I emailed his Advancement Coordinator and asked her for a copy of his Individual History Report (which she emailed to me, instead of telling me I had to come to a meeting, because she is awesome and kind and goes out of her way to help people who can't get to meetings until after May). He and I compared that with his Scout Book (which, honestly, it seems nobody even bothers to read, let alone use - and I don't know why! It's a wonderfully done book, with helpful information, useful logs, and handy charts. The Boy Scout Handbook is a list-maker's dream!)

As of right now, he's been in Scouts for three years. He's been an active Scout in an active Troop. He is... Second Class. I can't help but wonder... how hard one has to work to do that. We're going to chalk it up to being spread a little thin. Or something. The thing is, he's got a ton of stuff done, just not signed off. So that's good. And he's got a lot of stuff Very Nearly Done. Also good, although a bit frustrating.

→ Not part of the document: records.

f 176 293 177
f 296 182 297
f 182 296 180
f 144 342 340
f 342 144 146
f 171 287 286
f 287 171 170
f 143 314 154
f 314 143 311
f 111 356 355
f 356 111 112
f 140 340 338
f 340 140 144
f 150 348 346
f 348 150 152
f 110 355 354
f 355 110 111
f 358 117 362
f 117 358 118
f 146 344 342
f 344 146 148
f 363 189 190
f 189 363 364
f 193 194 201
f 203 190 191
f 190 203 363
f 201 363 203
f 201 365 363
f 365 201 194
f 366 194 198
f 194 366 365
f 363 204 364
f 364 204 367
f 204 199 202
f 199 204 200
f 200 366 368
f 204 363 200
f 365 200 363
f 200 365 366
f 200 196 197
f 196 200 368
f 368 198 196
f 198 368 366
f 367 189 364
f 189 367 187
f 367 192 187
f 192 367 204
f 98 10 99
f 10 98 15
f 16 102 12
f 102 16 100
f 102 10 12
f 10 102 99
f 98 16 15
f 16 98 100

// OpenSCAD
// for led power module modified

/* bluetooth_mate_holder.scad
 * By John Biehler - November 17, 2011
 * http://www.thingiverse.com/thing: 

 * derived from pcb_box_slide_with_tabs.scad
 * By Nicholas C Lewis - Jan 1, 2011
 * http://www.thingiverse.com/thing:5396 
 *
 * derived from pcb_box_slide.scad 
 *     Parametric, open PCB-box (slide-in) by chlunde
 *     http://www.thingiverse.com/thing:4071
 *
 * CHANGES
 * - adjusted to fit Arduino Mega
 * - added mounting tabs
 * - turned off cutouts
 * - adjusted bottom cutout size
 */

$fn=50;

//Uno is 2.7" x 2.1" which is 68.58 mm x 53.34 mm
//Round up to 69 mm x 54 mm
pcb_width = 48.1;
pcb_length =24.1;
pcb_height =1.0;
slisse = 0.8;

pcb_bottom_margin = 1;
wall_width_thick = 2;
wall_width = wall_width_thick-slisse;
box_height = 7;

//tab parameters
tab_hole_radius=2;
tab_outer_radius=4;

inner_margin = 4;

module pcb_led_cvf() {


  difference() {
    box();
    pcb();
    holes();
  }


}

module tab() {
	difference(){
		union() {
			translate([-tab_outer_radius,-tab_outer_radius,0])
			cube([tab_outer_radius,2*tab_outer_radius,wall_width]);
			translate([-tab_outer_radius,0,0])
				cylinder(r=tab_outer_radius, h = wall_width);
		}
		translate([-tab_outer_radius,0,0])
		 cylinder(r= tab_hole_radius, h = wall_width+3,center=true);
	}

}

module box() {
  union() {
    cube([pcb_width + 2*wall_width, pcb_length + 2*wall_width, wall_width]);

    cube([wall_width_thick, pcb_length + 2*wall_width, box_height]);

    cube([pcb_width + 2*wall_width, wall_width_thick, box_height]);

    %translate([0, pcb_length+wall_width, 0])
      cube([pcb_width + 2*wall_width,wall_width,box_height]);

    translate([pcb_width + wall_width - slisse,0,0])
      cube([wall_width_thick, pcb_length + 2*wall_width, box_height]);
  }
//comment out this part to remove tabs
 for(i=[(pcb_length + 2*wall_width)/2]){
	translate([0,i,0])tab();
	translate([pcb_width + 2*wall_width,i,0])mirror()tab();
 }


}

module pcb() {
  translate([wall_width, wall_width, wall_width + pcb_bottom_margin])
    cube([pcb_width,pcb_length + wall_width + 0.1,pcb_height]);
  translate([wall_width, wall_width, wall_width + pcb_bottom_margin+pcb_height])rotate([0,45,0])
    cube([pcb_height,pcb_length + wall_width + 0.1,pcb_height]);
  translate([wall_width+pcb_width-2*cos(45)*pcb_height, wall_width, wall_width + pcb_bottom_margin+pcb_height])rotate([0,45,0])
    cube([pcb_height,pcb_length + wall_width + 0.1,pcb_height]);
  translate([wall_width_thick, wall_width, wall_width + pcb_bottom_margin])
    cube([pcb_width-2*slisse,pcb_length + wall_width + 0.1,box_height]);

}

I told a friend that I'm really glad he's not my first Scout, or I'd worry that there was something wrong. There's not, though. This is just pretty much how boys figure it out - by not figuring it out at first and letting it get really good and challenging. Then one day, *poof*. They up and figure it out. (I cannot tell you how much I wish I could go back ten years and tell my old self this.)

Then, as if to highlight just how OK things are, when I asked James to keep an eye toward actively encouraging Jacob, he laughed and said, "Just as soon as I'm done encouraging John, I'll get right on it." I had to laugh. He's had so much on his plate lately that I guess he's finally learned not to put more on until he's cleared a little room. But then he sighed a contented sigh and said that he feels for John, right now, because he knows exactly how it feels to have Senior year looming, college visits, ACT prep, and Eagle project all just hovering right there in your face. He was quiet a moment before he said, "But it's good."

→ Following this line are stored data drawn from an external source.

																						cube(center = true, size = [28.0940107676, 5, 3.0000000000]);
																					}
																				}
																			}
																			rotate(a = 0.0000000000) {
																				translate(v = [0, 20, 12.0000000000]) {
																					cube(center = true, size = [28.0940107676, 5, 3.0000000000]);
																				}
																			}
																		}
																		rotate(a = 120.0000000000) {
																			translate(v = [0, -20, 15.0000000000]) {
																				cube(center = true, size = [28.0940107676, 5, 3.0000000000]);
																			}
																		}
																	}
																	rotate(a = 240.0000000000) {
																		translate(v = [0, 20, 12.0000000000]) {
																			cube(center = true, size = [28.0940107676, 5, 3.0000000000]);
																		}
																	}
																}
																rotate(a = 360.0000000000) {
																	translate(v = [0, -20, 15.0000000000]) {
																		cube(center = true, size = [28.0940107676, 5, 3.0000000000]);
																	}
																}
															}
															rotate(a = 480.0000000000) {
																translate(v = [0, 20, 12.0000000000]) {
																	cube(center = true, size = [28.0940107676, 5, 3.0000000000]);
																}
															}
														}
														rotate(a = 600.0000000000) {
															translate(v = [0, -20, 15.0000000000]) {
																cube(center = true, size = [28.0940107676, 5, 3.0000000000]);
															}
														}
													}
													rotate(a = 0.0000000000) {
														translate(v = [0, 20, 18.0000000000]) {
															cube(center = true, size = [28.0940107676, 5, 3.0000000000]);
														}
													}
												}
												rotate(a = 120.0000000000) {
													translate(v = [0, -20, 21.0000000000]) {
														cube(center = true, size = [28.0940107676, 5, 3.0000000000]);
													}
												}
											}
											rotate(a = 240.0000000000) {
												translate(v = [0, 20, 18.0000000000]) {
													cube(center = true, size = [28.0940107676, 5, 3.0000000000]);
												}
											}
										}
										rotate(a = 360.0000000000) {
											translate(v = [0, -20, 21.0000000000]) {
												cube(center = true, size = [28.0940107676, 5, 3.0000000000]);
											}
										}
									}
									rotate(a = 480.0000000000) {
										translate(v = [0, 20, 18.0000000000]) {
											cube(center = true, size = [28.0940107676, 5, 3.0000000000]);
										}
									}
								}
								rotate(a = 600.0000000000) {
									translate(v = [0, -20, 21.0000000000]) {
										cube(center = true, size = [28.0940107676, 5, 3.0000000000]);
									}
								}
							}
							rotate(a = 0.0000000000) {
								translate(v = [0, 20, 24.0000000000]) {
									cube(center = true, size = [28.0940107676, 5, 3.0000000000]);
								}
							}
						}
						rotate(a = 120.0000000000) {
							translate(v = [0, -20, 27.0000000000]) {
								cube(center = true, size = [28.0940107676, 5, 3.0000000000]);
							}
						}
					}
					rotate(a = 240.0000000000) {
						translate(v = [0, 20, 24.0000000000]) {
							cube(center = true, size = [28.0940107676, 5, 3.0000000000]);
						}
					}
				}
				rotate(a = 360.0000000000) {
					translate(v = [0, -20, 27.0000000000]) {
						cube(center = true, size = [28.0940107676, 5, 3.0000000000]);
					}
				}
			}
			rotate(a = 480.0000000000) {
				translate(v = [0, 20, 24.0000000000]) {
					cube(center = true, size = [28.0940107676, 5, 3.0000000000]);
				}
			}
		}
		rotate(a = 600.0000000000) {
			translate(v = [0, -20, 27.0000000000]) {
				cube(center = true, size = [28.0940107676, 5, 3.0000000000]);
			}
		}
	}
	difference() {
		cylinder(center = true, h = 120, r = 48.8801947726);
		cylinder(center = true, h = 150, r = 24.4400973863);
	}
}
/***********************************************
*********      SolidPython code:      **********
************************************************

If my time on earth were due to end soon, that would have been the perfect time to go. "But it's good." Ah, yes, it is.

And that, my friends, will likely be what gives me the encouragement I need to keep going, to give it my all, to know that it's good. It matters.

Be encouraged!

~ Dy

Sunday, March 12

A Sleepy Day of Worship

We awoke this morning, bright and early. Oh, so, early. Fortunately, it's been so cloudy and overcast this winter that we've stopped relying on how light it is outside to gauge the time. We just had to believe the clocks when they told us it was 6:30 *yawn*...

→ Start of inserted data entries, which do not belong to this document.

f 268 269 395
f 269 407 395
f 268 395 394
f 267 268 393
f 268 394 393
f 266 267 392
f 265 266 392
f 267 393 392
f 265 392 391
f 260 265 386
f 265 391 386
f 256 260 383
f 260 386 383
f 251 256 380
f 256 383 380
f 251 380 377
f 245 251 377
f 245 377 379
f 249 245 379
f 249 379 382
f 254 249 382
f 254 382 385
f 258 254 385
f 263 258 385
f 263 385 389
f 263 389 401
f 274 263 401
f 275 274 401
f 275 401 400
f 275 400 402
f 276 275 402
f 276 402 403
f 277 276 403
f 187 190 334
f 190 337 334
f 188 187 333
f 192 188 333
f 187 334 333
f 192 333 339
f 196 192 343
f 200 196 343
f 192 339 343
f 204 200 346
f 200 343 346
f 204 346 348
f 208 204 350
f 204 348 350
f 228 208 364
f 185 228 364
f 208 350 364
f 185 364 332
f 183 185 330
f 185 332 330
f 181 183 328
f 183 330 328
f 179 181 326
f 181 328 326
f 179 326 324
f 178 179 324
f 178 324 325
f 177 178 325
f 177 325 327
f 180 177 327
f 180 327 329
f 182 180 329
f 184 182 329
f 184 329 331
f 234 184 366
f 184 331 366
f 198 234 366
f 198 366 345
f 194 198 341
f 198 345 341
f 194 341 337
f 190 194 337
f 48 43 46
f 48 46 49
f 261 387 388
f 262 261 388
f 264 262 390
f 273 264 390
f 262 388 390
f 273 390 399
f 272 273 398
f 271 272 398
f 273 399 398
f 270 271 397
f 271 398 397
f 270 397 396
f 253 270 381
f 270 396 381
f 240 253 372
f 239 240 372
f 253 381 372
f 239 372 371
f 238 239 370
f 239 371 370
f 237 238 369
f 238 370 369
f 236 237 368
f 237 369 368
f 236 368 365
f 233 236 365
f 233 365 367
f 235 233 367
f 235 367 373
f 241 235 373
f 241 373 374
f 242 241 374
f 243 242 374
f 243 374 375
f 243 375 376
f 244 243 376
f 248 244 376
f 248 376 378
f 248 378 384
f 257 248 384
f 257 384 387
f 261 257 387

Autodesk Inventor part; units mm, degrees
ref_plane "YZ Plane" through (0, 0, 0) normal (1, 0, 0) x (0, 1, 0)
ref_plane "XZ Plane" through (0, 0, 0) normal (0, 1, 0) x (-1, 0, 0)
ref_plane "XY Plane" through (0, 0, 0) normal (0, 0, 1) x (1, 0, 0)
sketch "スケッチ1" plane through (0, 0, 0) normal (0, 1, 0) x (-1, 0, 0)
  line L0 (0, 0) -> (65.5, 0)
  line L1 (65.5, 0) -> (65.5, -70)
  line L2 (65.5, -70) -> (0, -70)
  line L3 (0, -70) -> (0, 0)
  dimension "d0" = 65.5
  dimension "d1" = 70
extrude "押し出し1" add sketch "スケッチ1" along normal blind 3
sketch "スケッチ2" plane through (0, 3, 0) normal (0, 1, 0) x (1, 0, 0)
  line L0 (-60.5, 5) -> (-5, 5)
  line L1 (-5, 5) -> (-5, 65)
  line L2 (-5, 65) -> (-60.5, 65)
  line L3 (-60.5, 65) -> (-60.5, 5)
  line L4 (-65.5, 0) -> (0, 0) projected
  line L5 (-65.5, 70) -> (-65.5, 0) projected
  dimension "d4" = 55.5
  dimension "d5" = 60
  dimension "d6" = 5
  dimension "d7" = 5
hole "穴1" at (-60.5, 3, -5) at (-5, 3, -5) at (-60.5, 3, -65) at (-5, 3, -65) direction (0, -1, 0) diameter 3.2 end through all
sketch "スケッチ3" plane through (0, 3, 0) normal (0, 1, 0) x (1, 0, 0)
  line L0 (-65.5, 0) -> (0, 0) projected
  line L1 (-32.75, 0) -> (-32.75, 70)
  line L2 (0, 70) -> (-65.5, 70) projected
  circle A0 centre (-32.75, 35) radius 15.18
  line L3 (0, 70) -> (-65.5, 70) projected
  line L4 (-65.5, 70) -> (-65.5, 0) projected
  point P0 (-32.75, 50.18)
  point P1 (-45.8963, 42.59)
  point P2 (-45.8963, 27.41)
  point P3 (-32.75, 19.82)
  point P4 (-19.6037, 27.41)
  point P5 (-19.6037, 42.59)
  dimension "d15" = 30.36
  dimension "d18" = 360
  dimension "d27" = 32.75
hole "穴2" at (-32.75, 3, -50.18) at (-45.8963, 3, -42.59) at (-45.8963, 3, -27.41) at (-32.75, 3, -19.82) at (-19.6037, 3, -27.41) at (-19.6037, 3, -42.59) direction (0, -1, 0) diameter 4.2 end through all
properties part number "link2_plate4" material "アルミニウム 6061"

Somehow, Em and I both got slated to serve in this morning's worship service. I maintain that it was part brilliance (as we might not have made it with the time change), and part evil plan (as helpers have to show up half an hour earlier to get squared away) that they put two of us in on this Sunday. But we made it. On time, even. And nobody fell asleep in their seat. The drive up and the drive back? We lost several, there. But we held our own in the pews.

Yesterday, we had a Philmont training hike, so John and I were out the door at 6 in the morning. The high was something like 39 degrees, and it rained on us nonstop after the first mile. It was a really great opportunity to identify weak points in our gear and training. My gear is basically composed of weak points held together by gravity. My training is essentially at the whim of gravity. But it's good to know.

The Vibram Five Fingers, however, held up admirably, and today, my feet are about the only part of me that is not sore and tight. No blisters, either, in spite of doing the entire 12 miles in wet feet. The thighs, I can blame on the hills we did. (So many hills!) The back and shoulders on not having adjusted the internal frame of my pack before I loaded it up (d'oh!) Also, 400mg magnesium is not near enough to stave off DOMS. See? We learned a lot! Never stop learning!

I'm getting a handle on what food to take for the trail. Blessedly, pre-cooked bacon is shelf stable and fairly light. Guess what I'm eating on the trail? Oh, yeah! The Oberto original jerky trail mix is also nice, although it won't make a full meal substitute. The carbs are a little high for regular consumption (within the context of nutritional ketosis). I pitched the idea today to Z of making jerky from an entire roast before we head out. We'll do a practice roast, first. I'm thinking if we salt it and dry it properly, we can vacuum seal it and it should hold up OK. Will keep you updated on how that goes.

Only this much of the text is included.